I'm developing a small logic analyzer with 7 inputs. My target device is an ATmega168 with a 20MHz clock rate. To detect logic changes I use pin change interrupts. Now I'm trying to find out the lowest sample rate I can detected these pin changes. I determined a value of minimum 5.6 µs (178.5 kHz). Every signal below this rate I can't capture properly.
My code is written in C (avr-gcc). My routine looks like:

My captured signal change is located at pinc. To localize it I have a 4 byte long timestamp value.
In the datasheet I read the interrupt service routine takes 5 clocks to jump in and 5 clocks to return to the main procedure. I'm assuming each command in my ISR() is taking 1 clock to be executed; So in sum there should be an overhead of 5 + 5 + 5 = 15clocks. The duration of one clock should be according to the clock rate of 20MHz 1/20000000 = 0.00000005 = 50 ns.
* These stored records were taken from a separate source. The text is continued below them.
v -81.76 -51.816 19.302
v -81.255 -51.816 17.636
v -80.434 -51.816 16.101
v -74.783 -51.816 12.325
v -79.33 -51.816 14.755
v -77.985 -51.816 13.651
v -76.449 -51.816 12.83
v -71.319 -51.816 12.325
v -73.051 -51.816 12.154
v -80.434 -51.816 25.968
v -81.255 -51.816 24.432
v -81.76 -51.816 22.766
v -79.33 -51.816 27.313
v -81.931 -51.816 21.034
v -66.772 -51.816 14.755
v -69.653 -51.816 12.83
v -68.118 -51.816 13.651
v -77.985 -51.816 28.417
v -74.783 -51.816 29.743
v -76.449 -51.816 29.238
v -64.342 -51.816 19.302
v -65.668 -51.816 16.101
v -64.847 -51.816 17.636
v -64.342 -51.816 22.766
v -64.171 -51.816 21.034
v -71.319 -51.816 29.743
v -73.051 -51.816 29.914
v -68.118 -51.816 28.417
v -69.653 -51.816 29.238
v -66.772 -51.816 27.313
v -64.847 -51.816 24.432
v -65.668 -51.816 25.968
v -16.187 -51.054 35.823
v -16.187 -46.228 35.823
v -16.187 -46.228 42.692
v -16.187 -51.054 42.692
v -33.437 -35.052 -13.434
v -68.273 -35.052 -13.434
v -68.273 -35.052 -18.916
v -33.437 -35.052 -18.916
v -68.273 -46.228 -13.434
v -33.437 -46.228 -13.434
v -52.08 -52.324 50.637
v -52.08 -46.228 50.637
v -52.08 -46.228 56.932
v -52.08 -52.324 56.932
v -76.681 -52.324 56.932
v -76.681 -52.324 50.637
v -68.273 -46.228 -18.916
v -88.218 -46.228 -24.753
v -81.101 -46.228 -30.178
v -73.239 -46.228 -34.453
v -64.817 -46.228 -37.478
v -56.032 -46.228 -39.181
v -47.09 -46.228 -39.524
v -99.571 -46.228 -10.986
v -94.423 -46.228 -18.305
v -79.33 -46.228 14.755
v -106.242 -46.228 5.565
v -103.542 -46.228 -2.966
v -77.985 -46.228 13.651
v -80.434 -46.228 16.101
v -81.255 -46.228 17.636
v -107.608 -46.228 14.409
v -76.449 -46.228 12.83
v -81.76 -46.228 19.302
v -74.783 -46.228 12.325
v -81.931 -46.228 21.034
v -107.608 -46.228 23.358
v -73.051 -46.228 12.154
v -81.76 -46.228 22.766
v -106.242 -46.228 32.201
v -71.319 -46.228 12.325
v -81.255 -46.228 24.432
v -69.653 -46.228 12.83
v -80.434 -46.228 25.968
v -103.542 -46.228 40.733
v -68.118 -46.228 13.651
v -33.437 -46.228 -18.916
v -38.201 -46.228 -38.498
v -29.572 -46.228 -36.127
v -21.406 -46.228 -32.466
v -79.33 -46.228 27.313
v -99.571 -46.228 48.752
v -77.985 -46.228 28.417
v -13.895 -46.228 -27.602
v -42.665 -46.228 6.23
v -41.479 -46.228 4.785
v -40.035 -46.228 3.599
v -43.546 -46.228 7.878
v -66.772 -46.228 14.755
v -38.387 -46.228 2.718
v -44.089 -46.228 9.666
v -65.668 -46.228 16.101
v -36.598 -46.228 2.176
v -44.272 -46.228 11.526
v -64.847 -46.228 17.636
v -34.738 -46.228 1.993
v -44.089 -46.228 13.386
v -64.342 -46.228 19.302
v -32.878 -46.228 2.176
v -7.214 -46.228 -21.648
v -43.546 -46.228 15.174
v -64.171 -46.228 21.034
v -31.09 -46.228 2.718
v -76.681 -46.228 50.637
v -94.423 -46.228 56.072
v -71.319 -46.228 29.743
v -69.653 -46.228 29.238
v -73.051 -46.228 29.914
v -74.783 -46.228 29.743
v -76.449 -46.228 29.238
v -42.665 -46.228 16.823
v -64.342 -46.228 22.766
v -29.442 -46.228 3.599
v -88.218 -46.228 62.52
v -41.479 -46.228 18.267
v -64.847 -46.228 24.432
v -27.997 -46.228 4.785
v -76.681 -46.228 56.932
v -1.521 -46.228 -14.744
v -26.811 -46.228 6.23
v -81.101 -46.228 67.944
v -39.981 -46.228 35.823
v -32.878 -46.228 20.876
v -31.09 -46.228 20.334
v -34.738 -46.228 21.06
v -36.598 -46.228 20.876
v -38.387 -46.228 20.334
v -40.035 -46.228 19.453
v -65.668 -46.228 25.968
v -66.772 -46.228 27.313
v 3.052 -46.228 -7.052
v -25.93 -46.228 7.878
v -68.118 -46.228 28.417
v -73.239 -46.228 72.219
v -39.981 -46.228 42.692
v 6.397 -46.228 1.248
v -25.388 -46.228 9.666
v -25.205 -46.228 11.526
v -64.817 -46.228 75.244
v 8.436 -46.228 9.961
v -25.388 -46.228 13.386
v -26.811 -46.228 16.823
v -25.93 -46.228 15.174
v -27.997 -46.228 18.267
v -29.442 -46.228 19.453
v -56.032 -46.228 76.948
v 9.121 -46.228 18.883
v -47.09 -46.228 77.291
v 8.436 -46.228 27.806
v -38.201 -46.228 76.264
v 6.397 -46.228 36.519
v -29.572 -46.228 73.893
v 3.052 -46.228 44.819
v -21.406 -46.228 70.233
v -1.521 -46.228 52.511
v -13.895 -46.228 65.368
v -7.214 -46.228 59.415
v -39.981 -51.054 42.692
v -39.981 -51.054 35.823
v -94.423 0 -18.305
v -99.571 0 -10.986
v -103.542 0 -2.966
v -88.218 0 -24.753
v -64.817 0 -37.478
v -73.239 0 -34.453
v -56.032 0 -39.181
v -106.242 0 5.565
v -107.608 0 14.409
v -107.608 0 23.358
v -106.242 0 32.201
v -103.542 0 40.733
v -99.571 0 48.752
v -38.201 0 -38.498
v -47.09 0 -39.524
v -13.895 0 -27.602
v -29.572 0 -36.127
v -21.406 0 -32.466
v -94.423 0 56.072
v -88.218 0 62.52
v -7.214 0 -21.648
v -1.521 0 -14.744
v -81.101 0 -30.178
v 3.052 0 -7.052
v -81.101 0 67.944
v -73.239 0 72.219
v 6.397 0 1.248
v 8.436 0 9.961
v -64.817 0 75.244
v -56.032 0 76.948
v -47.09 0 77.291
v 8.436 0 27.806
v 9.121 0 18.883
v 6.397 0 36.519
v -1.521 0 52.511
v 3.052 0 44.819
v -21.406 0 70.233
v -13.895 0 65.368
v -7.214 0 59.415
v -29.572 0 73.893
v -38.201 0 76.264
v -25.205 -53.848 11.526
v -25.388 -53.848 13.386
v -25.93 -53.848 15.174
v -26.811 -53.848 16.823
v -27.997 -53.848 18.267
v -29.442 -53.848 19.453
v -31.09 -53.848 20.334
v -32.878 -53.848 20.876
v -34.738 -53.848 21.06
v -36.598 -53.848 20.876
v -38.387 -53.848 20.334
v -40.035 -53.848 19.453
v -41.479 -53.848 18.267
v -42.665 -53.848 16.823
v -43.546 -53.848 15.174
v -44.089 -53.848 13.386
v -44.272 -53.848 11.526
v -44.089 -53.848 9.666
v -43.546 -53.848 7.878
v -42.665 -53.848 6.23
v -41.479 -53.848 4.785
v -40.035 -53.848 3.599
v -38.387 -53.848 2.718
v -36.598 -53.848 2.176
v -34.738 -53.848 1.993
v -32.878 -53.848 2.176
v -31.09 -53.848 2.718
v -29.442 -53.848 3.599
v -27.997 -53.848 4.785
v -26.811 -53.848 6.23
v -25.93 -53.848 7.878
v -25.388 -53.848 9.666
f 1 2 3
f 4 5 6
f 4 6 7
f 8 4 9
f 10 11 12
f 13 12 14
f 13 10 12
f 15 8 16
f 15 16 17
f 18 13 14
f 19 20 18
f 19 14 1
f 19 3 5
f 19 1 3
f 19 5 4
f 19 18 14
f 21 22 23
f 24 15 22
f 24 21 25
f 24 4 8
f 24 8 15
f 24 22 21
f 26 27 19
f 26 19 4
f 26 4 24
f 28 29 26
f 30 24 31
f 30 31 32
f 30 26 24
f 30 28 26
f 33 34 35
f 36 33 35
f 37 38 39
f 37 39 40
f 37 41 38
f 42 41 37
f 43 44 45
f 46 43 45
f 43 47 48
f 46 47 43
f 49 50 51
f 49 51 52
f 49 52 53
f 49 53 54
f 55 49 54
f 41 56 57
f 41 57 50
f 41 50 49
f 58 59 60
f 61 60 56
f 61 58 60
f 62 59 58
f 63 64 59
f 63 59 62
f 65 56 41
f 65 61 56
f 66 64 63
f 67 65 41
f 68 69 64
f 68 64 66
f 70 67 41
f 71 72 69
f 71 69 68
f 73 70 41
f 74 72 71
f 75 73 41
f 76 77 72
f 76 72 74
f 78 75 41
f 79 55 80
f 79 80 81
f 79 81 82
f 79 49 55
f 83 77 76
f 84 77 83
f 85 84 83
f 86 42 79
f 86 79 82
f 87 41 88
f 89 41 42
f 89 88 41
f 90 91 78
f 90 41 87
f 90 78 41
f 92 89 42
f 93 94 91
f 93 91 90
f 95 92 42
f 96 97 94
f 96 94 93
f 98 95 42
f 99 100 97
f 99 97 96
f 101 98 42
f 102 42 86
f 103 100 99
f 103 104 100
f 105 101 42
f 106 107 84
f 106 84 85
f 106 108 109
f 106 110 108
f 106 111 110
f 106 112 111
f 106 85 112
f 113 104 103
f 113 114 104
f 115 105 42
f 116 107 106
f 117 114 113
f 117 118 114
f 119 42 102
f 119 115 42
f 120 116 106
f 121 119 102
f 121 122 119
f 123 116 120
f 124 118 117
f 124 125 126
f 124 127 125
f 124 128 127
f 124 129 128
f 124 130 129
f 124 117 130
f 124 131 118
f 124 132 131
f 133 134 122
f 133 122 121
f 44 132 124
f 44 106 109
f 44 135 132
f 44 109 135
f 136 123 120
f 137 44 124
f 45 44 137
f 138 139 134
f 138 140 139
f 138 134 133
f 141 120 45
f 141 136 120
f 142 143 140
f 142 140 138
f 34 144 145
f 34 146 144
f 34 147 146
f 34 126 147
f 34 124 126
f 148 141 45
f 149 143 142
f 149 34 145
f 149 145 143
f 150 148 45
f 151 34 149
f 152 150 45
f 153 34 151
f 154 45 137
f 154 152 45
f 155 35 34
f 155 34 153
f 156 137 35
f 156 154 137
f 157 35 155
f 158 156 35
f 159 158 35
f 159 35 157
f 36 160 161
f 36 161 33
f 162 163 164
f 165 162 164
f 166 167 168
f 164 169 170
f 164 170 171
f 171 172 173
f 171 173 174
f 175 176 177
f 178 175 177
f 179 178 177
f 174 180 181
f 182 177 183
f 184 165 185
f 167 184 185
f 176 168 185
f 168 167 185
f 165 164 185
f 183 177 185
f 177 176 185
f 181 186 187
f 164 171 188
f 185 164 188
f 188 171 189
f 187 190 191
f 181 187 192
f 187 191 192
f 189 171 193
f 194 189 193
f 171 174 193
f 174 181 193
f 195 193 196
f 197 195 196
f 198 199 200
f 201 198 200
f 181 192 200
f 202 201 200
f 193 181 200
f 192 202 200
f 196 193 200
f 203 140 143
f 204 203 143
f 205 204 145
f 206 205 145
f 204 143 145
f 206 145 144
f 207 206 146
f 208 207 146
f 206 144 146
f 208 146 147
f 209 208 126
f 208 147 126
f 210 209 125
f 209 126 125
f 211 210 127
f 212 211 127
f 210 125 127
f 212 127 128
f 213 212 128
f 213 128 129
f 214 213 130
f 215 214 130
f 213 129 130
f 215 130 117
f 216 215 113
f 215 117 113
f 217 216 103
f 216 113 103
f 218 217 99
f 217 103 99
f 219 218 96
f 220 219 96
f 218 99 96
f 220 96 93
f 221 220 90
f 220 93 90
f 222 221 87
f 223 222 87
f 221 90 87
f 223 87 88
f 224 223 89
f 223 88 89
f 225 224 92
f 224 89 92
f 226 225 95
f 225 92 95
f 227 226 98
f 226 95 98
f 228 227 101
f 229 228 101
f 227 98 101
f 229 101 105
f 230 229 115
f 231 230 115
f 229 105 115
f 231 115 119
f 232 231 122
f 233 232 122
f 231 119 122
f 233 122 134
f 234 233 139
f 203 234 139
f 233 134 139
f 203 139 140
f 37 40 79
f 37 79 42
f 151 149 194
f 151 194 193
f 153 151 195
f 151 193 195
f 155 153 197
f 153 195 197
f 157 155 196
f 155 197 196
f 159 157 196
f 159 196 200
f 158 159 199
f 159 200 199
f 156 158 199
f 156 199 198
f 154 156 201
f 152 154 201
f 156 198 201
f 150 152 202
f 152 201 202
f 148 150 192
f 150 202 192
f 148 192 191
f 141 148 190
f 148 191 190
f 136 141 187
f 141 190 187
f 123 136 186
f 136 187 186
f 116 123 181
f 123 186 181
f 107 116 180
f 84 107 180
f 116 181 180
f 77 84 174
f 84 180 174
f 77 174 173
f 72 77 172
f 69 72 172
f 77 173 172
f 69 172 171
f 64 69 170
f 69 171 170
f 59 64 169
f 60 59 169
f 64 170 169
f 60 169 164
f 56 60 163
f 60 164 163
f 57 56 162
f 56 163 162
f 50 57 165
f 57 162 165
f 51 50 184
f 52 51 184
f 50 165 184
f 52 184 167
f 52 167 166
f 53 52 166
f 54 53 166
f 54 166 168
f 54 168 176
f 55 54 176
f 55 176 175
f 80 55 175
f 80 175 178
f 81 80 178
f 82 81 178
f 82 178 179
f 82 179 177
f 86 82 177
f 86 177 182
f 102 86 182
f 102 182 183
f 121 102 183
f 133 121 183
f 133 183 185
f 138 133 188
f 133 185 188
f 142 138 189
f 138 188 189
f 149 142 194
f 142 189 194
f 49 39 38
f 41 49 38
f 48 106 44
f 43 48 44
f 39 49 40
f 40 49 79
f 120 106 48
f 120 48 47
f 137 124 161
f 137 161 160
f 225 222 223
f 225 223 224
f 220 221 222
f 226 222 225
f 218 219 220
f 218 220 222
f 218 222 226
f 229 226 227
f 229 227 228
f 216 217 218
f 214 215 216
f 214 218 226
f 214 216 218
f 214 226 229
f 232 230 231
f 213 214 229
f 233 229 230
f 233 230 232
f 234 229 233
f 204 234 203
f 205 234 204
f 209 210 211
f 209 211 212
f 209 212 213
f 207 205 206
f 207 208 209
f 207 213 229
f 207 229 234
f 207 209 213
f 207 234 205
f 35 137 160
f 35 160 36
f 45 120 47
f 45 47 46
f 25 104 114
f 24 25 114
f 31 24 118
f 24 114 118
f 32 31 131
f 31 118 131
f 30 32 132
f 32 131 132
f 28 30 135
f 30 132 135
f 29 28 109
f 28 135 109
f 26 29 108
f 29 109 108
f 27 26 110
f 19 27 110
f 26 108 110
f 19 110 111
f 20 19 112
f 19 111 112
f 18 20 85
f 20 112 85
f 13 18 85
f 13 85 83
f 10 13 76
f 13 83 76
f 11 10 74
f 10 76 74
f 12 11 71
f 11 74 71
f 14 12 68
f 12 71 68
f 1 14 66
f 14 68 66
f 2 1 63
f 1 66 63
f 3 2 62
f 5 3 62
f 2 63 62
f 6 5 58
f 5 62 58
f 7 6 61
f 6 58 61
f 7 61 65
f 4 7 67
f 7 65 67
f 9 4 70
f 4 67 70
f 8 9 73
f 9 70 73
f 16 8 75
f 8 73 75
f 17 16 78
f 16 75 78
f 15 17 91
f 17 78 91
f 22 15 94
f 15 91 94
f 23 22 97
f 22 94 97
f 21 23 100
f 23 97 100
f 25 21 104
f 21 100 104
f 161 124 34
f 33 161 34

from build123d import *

# Parameters (mm, degrees)
F0_R        = 58.45034
F1_DEPTH    = 46.228
F2_W        = 24.600874
F2_H        = 6.29507
F3_DEPTH    = 6.096
F4_W        = 23.794292
F4_H        = 6.868821
F5_DEPTH    = 4.826
F6_R        = 8.879955
F7_DEPTH    = 5.588
F8_R        = 9.533495
F9_DEPTH    = 7.62
F1_FACE_R   = 58.45034
F1_FACE_R_2 = 8.879955
F1_FACE_R_3 = 9.533495
F1_FACE_W   = 24.600874
F1_FACE_H   = 6.29507
F1_FACE_W_2 = 23.794292
F1_FACE_H_2 = 6.86882
F11_DEPTH   = 6.604
F12_W       = 34.83605
F12_H       = 5.481868
F13_DEPTH   = 11.176


with BuildPart() as f1:
    # F0 (on Front) → F1 (new body)
    with BuildSketch(Plane.XZ):
        with Locations((-49.329195, 18.883251)):
            Circle(F0_R)
    extrude(amount=F1_DEPTH)

    # F2 (on face) → F3 (join)
    with BuildSketch(Plane.XZ.offset(46.228)):
        with Locations((-64.380275, 53.784102)):
            Rectangle(F2_W, F2_H)
    extrude(amount=F3_DEPTH)

    # F4 (on face) → F5 (join)
    with BuildSketch(Plane.XZ.offset(46.228)):
        with Locations((-28.083899, 39.257792)):
            Rectangle(F4_W, F4_H)
    extrude(amount=F5_DEPTH)

    # F6 (on face) → F7 (join)
    with BuildSketch(Plane.XZ.offset(46.228)):
        with Locations((-73.05108, 21.034079)):
            Circle(F6_R)
    extrude(amount=F7_DEPTH)

    # F8 (on face) → F9 (join)
    with BuildSketch(Plane.XZ.offset(46.228)):
        with Locations((-34.738239, 11.52609)):
            Circle(F8_R)
    extrude(amount=F9_DEPTH)

    # F1_face (on face) → F11 (join)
The total overhead in seconds should be then: 15 * 50 ns = 750 ns = 0.75 µs. Now I don't understand why I can't capture anything below 5.6 µs. Can anyone explain what's going on?

Do you have checked how this interrupt routine looks in *.lss file ? (In assembler ?) I advice to check it and I advice to check it and count how many clock ticks there are used.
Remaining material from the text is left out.